■ Problem
When you reach the line containing "#251=DIRECTION('',(0.,1.,0.));" in the entries below, start writing out each line exactly, and stop after the line containing "#274=ORIENTED_EDGE('',*,*,#183,.F.);".

[Raw data — start]

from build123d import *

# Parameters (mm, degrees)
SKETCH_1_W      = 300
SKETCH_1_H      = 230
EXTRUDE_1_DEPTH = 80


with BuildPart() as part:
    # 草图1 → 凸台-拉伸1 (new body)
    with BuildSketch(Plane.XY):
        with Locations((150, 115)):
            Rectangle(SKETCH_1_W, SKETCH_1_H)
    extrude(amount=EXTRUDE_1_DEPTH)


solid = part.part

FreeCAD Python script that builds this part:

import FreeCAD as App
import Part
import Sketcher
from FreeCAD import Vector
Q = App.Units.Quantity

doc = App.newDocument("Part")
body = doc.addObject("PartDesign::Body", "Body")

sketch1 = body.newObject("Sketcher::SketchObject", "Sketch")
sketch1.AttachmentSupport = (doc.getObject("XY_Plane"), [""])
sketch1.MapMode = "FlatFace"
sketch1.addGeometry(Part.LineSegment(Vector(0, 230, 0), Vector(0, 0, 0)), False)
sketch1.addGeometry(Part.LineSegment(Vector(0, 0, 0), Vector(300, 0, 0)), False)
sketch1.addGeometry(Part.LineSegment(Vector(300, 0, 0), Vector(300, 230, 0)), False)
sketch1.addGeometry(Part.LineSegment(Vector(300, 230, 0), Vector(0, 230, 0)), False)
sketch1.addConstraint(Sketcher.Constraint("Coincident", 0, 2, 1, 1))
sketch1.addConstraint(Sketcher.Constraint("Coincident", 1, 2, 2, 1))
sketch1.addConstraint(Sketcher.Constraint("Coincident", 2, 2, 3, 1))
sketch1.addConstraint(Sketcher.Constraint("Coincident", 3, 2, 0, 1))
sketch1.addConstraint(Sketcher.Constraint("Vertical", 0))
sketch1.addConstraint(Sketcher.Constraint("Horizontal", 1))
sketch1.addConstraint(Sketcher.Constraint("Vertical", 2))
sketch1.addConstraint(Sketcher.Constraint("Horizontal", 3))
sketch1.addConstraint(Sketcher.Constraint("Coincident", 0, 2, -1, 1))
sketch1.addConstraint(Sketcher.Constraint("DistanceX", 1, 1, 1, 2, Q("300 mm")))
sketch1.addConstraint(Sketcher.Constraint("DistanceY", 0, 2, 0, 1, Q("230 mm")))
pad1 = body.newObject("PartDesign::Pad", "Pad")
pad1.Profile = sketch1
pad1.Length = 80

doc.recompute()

[Raw data — finish]
[Raw data — start]

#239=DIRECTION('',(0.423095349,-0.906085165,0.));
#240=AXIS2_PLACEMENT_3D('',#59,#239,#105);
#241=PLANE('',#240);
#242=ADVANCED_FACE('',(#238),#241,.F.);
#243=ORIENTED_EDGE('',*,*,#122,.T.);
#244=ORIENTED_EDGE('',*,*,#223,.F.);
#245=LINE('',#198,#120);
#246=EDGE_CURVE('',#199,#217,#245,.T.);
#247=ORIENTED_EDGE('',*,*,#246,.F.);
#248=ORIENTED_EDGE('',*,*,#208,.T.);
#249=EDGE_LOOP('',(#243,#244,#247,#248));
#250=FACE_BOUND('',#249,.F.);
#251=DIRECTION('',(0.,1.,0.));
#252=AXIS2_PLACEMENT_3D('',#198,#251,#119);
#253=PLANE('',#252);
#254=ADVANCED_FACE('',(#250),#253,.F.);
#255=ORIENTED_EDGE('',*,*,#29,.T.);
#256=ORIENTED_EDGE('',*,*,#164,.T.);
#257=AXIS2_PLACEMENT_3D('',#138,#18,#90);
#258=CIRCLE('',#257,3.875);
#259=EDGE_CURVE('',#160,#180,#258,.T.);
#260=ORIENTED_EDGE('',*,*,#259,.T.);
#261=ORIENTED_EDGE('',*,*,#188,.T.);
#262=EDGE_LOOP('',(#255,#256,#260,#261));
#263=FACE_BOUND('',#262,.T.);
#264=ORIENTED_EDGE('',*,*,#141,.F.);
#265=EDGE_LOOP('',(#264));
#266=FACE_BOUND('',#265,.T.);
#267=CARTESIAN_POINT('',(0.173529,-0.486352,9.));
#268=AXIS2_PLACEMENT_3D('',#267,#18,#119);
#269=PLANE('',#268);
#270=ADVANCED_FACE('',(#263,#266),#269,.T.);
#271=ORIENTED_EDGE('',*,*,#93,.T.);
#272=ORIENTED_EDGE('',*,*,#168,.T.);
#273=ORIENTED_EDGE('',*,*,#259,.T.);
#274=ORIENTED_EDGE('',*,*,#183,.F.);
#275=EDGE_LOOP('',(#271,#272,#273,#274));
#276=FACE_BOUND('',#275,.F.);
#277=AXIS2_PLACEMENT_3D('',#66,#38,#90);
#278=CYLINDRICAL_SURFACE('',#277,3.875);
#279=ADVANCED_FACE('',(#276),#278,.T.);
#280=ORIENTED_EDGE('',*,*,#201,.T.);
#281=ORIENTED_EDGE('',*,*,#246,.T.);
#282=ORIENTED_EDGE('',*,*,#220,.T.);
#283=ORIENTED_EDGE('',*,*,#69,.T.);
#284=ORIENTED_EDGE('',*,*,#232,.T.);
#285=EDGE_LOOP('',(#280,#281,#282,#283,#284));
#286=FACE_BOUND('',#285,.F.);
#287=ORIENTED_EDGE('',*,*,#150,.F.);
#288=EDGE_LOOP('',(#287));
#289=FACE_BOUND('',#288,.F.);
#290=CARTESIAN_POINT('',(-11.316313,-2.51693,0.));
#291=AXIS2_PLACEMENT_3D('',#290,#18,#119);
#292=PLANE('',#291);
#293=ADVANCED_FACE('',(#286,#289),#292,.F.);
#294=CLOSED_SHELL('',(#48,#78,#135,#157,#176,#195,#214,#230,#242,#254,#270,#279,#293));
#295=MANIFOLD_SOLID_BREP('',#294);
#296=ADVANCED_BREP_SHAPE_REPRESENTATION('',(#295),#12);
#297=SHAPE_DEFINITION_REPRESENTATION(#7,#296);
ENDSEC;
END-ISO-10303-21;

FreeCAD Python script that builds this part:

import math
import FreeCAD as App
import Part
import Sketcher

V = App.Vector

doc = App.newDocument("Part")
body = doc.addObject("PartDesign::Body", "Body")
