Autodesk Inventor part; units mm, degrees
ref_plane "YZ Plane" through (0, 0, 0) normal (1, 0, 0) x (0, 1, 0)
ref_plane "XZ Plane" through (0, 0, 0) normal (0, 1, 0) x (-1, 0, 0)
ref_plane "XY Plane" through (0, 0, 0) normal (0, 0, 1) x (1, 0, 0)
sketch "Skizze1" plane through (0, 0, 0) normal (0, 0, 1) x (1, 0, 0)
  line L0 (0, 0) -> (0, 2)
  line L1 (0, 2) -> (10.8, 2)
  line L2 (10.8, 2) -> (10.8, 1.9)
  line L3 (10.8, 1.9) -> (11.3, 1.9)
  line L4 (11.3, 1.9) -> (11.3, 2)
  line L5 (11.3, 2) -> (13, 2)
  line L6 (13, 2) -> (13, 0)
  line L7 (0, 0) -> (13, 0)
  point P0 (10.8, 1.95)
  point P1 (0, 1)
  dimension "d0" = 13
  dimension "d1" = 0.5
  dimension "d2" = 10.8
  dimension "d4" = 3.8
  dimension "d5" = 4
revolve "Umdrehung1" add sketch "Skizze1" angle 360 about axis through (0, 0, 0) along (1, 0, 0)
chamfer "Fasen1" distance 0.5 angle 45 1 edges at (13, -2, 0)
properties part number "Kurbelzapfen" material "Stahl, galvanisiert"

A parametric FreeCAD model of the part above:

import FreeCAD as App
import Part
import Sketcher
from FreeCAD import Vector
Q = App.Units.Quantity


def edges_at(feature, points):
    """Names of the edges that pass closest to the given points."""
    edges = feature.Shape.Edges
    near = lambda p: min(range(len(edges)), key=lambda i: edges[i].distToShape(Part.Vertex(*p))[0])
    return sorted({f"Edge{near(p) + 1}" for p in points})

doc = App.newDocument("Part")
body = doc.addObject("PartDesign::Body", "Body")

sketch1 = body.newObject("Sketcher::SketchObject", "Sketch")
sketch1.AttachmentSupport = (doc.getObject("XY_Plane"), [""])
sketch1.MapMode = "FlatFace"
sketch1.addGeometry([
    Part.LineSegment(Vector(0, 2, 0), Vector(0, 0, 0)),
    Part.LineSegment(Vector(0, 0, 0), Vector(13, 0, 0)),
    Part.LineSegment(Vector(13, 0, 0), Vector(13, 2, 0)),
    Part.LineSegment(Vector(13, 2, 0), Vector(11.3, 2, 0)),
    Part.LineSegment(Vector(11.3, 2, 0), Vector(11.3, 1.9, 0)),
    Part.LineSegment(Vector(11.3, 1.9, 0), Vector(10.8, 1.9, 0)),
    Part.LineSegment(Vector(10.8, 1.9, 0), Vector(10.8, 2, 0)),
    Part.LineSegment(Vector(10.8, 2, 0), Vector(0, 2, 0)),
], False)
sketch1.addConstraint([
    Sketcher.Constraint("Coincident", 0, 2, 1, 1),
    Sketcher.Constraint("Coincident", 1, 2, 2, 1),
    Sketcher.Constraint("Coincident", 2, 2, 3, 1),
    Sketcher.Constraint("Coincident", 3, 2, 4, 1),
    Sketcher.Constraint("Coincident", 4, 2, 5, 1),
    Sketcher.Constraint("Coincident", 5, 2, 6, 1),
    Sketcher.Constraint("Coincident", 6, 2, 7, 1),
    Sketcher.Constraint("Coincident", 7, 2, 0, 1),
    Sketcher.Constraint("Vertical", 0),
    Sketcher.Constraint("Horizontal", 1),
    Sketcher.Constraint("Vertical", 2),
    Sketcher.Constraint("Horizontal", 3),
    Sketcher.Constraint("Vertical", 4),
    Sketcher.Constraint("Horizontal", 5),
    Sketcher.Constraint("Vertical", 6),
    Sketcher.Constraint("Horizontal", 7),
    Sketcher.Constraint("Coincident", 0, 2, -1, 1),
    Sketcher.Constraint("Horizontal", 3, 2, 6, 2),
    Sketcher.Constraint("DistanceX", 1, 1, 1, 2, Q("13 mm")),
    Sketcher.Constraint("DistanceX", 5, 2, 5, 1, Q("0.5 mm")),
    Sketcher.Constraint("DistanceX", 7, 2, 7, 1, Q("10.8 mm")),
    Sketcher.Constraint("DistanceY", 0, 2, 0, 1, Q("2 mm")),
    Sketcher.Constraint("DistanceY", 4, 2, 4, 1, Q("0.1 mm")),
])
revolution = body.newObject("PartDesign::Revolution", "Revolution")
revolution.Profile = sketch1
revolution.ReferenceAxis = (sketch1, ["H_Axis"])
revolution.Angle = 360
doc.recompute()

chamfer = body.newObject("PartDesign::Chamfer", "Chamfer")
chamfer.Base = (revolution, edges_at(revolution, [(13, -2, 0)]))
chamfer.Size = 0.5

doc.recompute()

[Raw data — finish]

■ Output for this task
#251=DIRECTION('',(0.,1.,0.));
#252=AXIS2_PLACEMENT_3D('',#198,#251,#119);
#253=PLANE('',#252);
#254=ADVANCED_FACE('',(#250),#253,.F.);
#255=ORIENTED_EDGE('',*,*,#29,.T.);
#256=ORIENTED_EDGE('',*,*,#164,.T.);
#257=AXIS2_PLACEMENT_3D('',#138,#18,#90);
#258=CIRCLE('',#257,3.875);
#259=EDGE_CURVE('',#160,#180,#258,.T.);
#260=ORIENTED_EDGE('',*,*,#259,.T.);
#261=ORIENTED_EDGE('',*,*,#188,.T.);
#262=EDGE_LOOP('',(#255,#256,#260,#261));
#263=FACE_BOUND('',#262,.T.);
#264=ORIENTED_EDGE('',*,*,#141,.F.);
#265=EDGE_LOOP('',(#264));
#266=FACE_BOUND('',#265,.T.);
#267=CARTESIAN_POINT('',(0.173529,-0.486352,9.));
#268=AXIS2_PLACEMENT_3D('',#267,#18,#119);
#269=PLANE('',#268);
#270=ADVANCED_FACE('',(#263,#266),#269,.T.);
#271=ORIENTED_EDGE('',*,*,#93,.T.);
#272=ORIENTED_EDGE('',*,*,#168,.T.);
#273=ORIENTED_EDGE('',*,*,#259,.T.);
#274=ORIENTED_EDGE('',*,*,#183,.F.);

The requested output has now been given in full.